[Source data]
--- START ---
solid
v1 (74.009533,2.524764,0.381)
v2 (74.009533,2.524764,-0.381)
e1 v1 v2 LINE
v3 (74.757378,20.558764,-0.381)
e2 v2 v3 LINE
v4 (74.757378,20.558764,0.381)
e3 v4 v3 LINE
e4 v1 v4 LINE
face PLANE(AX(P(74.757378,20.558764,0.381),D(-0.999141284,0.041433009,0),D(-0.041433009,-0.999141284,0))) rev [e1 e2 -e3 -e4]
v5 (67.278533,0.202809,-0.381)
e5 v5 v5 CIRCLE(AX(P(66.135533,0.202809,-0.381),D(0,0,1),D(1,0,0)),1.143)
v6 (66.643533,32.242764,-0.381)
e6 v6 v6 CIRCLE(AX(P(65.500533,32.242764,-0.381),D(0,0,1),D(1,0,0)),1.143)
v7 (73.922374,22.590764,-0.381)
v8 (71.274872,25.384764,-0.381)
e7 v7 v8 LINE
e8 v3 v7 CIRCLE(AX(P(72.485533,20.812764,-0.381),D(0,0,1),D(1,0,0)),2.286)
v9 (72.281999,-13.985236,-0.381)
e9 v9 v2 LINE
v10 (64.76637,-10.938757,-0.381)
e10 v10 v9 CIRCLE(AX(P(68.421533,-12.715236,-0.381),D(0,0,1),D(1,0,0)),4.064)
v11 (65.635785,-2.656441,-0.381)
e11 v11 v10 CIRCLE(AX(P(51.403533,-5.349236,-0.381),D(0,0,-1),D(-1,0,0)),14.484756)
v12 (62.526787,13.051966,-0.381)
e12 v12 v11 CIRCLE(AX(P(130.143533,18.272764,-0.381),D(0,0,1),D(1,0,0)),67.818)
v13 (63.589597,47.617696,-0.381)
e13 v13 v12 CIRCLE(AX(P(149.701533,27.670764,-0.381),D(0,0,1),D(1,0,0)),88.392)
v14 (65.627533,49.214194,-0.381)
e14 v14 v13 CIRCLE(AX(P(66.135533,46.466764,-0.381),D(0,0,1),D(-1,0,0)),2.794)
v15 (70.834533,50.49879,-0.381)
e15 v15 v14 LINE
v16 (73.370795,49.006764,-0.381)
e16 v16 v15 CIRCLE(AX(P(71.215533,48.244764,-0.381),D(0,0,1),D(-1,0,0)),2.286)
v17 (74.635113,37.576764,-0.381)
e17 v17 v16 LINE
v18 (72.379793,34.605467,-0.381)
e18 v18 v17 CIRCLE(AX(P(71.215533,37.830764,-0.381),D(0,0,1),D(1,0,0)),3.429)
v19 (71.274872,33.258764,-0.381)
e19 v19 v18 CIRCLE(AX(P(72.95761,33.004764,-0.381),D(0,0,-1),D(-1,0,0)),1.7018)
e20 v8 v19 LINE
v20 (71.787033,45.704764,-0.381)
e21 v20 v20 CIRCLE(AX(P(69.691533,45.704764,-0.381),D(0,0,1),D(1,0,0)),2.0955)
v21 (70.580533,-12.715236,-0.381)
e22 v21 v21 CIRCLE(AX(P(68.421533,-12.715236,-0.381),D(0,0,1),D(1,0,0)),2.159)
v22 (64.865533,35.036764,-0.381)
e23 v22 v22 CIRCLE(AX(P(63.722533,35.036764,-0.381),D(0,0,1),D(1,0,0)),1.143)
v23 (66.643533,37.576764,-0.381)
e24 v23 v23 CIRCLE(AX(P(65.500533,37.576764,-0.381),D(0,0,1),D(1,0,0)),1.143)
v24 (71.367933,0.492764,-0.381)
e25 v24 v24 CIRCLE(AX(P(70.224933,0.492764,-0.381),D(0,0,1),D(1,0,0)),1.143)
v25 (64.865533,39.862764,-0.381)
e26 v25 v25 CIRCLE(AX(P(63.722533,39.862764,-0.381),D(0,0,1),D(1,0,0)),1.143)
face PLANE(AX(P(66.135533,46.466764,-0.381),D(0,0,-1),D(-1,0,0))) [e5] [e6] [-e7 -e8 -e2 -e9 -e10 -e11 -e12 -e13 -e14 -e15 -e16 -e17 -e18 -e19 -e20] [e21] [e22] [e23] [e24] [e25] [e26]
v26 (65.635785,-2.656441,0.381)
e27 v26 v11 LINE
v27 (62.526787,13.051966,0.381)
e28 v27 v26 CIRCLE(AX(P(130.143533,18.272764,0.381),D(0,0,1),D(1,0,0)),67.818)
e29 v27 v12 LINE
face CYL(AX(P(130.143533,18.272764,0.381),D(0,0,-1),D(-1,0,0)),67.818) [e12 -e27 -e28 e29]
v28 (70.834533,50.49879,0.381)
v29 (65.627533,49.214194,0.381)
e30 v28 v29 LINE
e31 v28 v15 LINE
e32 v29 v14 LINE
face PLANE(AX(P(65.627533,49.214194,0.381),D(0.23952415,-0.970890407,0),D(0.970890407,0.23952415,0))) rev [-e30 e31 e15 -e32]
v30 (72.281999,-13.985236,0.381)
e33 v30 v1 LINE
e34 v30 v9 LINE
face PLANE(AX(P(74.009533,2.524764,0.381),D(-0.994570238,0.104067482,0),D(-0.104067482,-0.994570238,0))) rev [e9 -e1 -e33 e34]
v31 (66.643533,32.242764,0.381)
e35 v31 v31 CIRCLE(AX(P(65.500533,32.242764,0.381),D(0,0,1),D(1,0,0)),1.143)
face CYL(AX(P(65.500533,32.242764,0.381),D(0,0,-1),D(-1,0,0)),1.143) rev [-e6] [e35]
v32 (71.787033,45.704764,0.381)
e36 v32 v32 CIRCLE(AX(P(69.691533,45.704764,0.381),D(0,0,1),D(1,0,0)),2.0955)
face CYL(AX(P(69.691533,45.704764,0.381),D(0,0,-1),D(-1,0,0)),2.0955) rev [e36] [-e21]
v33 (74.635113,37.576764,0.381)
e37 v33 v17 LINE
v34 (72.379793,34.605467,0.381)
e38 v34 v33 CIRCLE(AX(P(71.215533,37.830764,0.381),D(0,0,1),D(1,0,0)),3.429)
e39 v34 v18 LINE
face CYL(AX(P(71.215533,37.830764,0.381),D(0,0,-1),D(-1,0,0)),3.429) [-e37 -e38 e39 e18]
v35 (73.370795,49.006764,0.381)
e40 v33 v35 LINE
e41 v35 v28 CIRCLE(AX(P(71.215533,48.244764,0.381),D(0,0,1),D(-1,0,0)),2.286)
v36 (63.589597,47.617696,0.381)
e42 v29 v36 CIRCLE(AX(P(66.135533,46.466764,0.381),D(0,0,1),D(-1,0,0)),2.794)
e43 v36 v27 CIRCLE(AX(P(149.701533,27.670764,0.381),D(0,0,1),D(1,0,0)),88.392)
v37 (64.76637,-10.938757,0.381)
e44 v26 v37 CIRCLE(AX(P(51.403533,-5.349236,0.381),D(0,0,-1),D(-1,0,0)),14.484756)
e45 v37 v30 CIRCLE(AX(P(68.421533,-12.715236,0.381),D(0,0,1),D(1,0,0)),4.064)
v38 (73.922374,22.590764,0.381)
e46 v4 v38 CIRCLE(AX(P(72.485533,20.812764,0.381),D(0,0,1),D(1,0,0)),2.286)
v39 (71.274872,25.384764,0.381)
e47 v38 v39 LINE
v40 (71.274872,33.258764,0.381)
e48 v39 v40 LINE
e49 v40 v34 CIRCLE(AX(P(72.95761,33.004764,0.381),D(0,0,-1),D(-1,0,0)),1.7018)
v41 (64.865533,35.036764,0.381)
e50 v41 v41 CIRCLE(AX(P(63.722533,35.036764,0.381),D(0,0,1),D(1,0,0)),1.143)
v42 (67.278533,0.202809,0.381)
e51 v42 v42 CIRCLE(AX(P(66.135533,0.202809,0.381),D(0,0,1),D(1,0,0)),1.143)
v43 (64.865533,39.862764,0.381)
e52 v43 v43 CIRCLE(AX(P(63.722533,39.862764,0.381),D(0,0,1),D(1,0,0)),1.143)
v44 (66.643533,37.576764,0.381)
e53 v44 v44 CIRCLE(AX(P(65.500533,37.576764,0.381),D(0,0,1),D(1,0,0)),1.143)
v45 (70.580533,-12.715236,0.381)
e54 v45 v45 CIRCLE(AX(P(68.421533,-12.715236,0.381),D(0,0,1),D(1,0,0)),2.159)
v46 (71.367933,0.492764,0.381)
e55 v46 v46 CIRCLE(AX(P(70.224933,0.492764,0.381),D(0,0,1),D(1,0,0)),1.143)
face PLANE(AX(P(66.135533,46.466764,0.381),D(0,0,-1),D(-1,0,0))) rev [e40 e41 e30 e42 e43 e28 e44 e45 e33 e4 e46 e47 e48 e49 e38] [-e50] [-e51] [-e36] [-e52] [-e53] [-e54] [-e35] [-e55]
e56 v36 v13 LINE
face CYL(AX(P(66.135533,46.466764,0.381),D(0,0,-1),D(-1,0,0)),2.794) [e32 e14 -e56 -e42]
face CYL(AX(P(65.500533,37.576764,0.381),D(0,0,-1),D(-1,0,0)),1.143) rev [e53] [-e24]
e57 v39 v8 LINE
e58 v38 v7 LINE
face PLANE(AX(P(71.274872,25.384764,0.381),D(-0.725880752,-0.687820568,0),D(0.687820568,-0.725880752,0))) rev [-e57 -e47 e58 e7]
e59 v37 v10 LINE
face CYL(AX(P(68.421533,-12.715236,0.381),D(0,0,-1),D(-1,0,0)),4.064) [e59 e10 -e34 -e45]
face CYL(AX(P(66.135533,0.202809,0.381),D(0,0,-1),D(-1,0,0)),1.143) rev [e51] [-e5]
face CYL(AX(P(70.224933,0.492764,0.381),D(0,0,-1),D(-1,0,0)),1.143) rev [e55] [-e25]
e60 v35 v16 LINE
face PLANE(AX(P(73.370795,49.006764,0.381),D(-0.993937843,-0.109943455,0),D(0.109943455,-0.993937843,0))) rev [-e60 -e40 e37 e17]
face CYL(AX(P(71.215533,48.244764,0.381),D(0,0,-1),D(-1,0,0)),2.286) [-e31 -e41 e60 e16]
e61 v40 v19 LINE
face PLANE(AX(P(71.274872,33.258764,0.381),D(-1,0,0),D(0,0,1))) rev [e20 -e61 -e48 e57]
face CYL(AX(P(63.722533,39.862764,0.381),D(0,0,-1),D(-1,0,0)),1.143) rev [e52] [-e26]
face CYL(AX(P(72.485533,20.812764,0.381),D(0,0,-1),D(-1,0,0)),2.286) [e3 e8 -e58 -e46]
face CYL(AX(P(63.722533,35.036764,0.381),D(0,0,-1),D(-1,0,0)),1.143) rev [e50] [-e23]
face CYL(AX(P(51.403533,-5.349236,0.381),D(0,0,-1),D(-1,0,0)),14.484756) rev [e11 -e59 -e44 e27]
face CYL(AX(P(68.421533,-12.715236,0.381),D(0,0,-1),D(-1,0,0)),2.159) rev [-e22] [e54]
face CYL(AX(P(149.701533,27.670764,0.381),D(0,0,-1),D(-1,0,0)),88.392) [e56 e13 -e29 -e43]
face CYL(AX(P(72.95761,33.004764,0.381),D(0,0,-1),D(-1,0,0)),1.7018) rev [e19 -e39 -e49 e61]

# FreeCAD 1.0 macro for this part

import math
import FreeCAD as App
import Part
import Sketcher

V = App.Vector
Q = App.Units.Quantity

doc = App.newDocument("Part")
body = doc.addObject("PartDesign::Body", "Body")

sketch1 = doc.addObject("Sketcher::SketchObject", "Sketch")
body.addObject(sketch1)
sketch1.AttachmentSupport = (doc.XY_Plane, [""])
sketch1.MapMode = "FlatFace"
sketch1.addGeometry(Part.LineSegment(V(72.3, -14, 0), V(74, 2.5, 0)), False)
sketch1.addGeometry(Part.LineSegment(V(74, 2.5, 0), V(74.8, 20.6, 0)), False)
sketch1.addGeometry(Part.ArcOfCircle(Part.Circle(V(72.5, 20.8, 0), V(0, 0, 1), 2.3), math.radians(-6), math.radians(51)), False)
sketch1.addGeometry(Part.LineSegment(V(73.9, 22.6, 0), V(71.3, 25.4, 0)), False)
sketch1.addGeometry(Part.LineSegment(V(71.3, 25.4, 0), V(71.3, 33.3, 0)), False)
sketch1.addGeometry(Part.ArcOfCircle(Part.Circle(V(73, 33, 0), V(0, 0, 1), 1.7), math.radians(110), math.radians(171)), False)
sketch1.addGeometry(Part.ArcOfCircle(Part.Circle(V(71.2, 37.8, 0), V(0, 0, 1), 3.4), math.radians(-70), math.radians(-4)), False)
sketch1.addGeometry(Part.LineSegment(V(74.6, 37.6, 0), V(73.4, 49, 0)), False)
sketch1.addGeometry(Part.ArcOfCircle(Part.Circle(V(71.2, 48.2, 0), V(0, 0, 1), 2.3), math.radians(19), math.radians(100)), False)
sketch1.addGeometry(Part.LineSegment(V(70.8, 50.5, 0), V(65.6, 49.2, 0)), False)
sketch1.addGeometry(Part.ArcOfCircle(Part.Circle(V(66.1, 46.5, 0), V(0, 0, 1), 2.8), math.radians(100), math.radians(156)), False)
sketch1.addGeometry(Part.ArcOfCircle(Part.Circle(V(149.7, 27.7, 0), V(0, 0, 1), 88.4), math.radians(167), math.radians(190)), False)
sketch1.addGeometry(Part.ArcOfCircle(Part.Circle(V(130.1, 18.3, 0), V(0, 0, 1), 67.8), math.radians(-175.58), math.radians(-162.02)), False)
sketch1.addGeometry(Part.ArcOfCircle(Part.Circle(V(51.4, -5.3, 0), V(0, 0, 1), 14.5), math.radians(-23), math.radians(11)), False)
sketch1.addGeometry(Part.ArcOfCircle(Part.Circle(V(68.4, -12.7, 0), V(0, 0, 1), 4.1), math.radians(154), math.radians(342)), False)
sketch1.addGeometry(Part.Circle(V(70.2, 0.5, 0), V(0, 0, 1), 1.1), False)
sketch1.addGeometry(Part.Circle(V(68.4, -12.7, 0), V(0, 0, 1), 2.2), False)
sketch1.addGeometry(Part.Circle(V(66.1, 0.2, 0), V(0, 0, 1), 1.1), False)
sketch1.addGeometry(Part.Circle(V(69.7, 45.7, 0), V(0, 0, 1), 2.1), False)
sketch1.addGeometry(Part.Circle(V(65.5, 32.2, 0), V(0, 0, 1), 1.1), False)
sketch1.addGeometry(Part.Circle(V(65.5, 37.6, 0), V(0, 0, 1), 1.1), False)
sketch1.addGeometry(Part.Circle(V(63.7, 35, 0), V(0, 0, 1), 1.1), False)
sketch1.addGeometry(Part.Circle(V(63.7, 39.9, 0), V(0, 0, 1), 1.1), False)
sketch1.addConstraint(Sketcher.Constraint("Coincident", 0, 2, 1, 1))
sketch1.addConstraint(Sketcher.Constraint("Coincident", 1, 2, 2, 1))
sketch1.addConstraint(Sketcher.Constraint("Coincident", 2, 2, 3, 1))
sketch1.addConstraint(Sketcher.Constraint("Coincident", 3, 2, 4, 1))
sketch1.addConstraint(Sketcher.Constraint("Coincident", 4, 2, 5, 2))
sketch1.addConstraint(Sketcher.Constraint("Tangent", 5, 1, 6, 1))
sketch1.addConstraint(Sketcher.Constraint("Coincident", 6, 2, 7, 1))
sketch1.addConstraint(Sketcher.Constraint("Coincident", 7, 2, 8, 1))
sketch1.addConstraint(Sketcher.Constraint("Coincident", 8, 2, 9, 1))
sketch1.addConstraint(Sketcher.Constraint("Coincident", 9, 2, 10, 1))
sketch1.addConstraint(Sketcher.Constraint("Coincident", 10, 2, 11, 1))
sketch1.addConstraint(Sketcher.Constraint("Coincident", 11, 2, 12, 1))
sketch1.addConstraint(Sketcher.Constraint("Coincident", 12, 2, 13, 2))
sketch1.addConstraint(Sketcher.Constraint("Coincident", 13, 1, 14, 1))
sketch1.addConstraint(Sketcher.Constraint("Coincident", 14, 2, 0, 1))
sketch1.addConstraint(Sketcher.Constraint("Vertical", 4))
sketch1.addConstraint(Sketcher.Constraint("Coincident", 16, 3, 14, 3))
sketch1.addConstraint(Sketcher.Constraint("Equal", 2, 8))
sketch1.addConstraint(Sketcher.Constraint("Equal", 15, 17))
sketch1.addConstraint(Sketcher.Constraint("Equal", 17, 19))
sketch1.addConstraint(Sketcher.Constraint("Equal", 19, 20))
sketch1.addConstraint(Sketcher.Constraint("Equal", 20, 21))
sketch1.addConstraint(Sketcher.Constraint("Equal", 21, 22))
sketch1.addConstraint(Sketcher.Constraint("Horizontal", 20, 3, 6, 2))
sketch1.addConstraint(Sketcher.Constraint("Vertical", 6, 3, 8, 3))
sketch1.addConstraint(Sketcher.Constraint("Vertical", 10, 3, 17, 3))
sketch1.addConstraint(Sketcher.Constraint("Vertical", 19, 3, 20, 3))
sketch1.addConstraint(Sketcher.Constraint("Vertical", 21, 3, 22, 3))
sketch1.addConstraint(Sketcher.Constraint("Diameter", 15, Q("0.09 in")))
sketch1.addConstraint(Sketcher.Constraint("Diameter", 16, Q("0.17 in")))
sketch1.addConstraint(Sketcher.Constraint("Radius", 2, Q("0.09 in")))
sketch1.addConstraint(Sketcher.Constraint("Radius", 10, Q("0.11 in")))
sketch1.addConstraint(Sketcher.Constraint("Radius", 11, Q("3.48 in")))
sketch1.addConstraint(Sketcher.Constraint("Radius", 12, Q("2.67 in")))
sketch1.addConstraint(Sketcher.Constraint("Radius", 14, Q("0.16 in")))
sketch1.addConstraint(Sketcher.Constraint("Diameter", 18, Q("0.165 in")))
--- END ---
- **Problem to work on**: Begin at the first line of the records above and restate each line word for word, stopping after the line with "e13 v13 v12".

- **Exercise solution**:
solid
v1 (74.009533,2.524764,0.381)
v2 (74.009533,2.524764,-0.381)
e1 v1 v2 LINE
v3 (74.757378,20.558764,-0.381)
e2 v2 v3 LINE
v4 (74.757378,20.558764,0.381)
e3 v4 v3 LINE
e4 v1 v4 LINE
face PLANE(AX(P(74.757378,20.558764,0.381),D(-0.999141284,0.041433009,0),D(-0.041433009,-0.999141284,0))) rev [e1 e2 -e3 -e4]
v5 (67.278533,0.202809,-0.381)
e5 v5 v5 CIRCLE(AX(P(66.135533,0.202809,-0.381),D(0,0,1),D(1,0,0)),1.143)
v6 (66.643533,32.242764,-0.381)
e6 v6 v6 CIRCLE(AX(P(65.500533,32.242764,-0.381),D(0,0,1),D(1,0,0)),1.143)
v7 (73.922374,22.590764,-0.381)
v8 (71.274872,25.384764,-0.381)
e7 v7 v8 LINE
e8 v3 v7 CIRCLE(AX(P(72.485533,20.812764,-0.381),D(0,0,1),D(1,0,0)),2.286)
v9 (72.281999,-13.985236,-0.381)
e9 v9 v2 LINE
v10 (64.76637,-10.938757,-0.381)
e10 v10 v9 CIRCLE(AX(P(68.421533,-12.715236,-0.381),D(0,0,1),D(1,0,0)),4.064)
v11 (65.635785,-2.656441,-0.381)
e11 v11 v10 CIRCLE(AX(P(51.403533,-5.349236,-0.381),D(0,0,-1),D(-1,0,0)),14.484756)
v12 (62.526787,13.051966,-0.381)
e12 v12 v11 CIRCLE(AX(P(130.143533,18.272764,-0.381),D(0,0,1),D(1,0,0)),67.818)
v13 (63.589597,47.617696,-0.381)
e13 v13 v12 CIRCLE(AX(P(149.701533,27.670764,-0.381),D(0,0,1),D(1,0,0)),88.392)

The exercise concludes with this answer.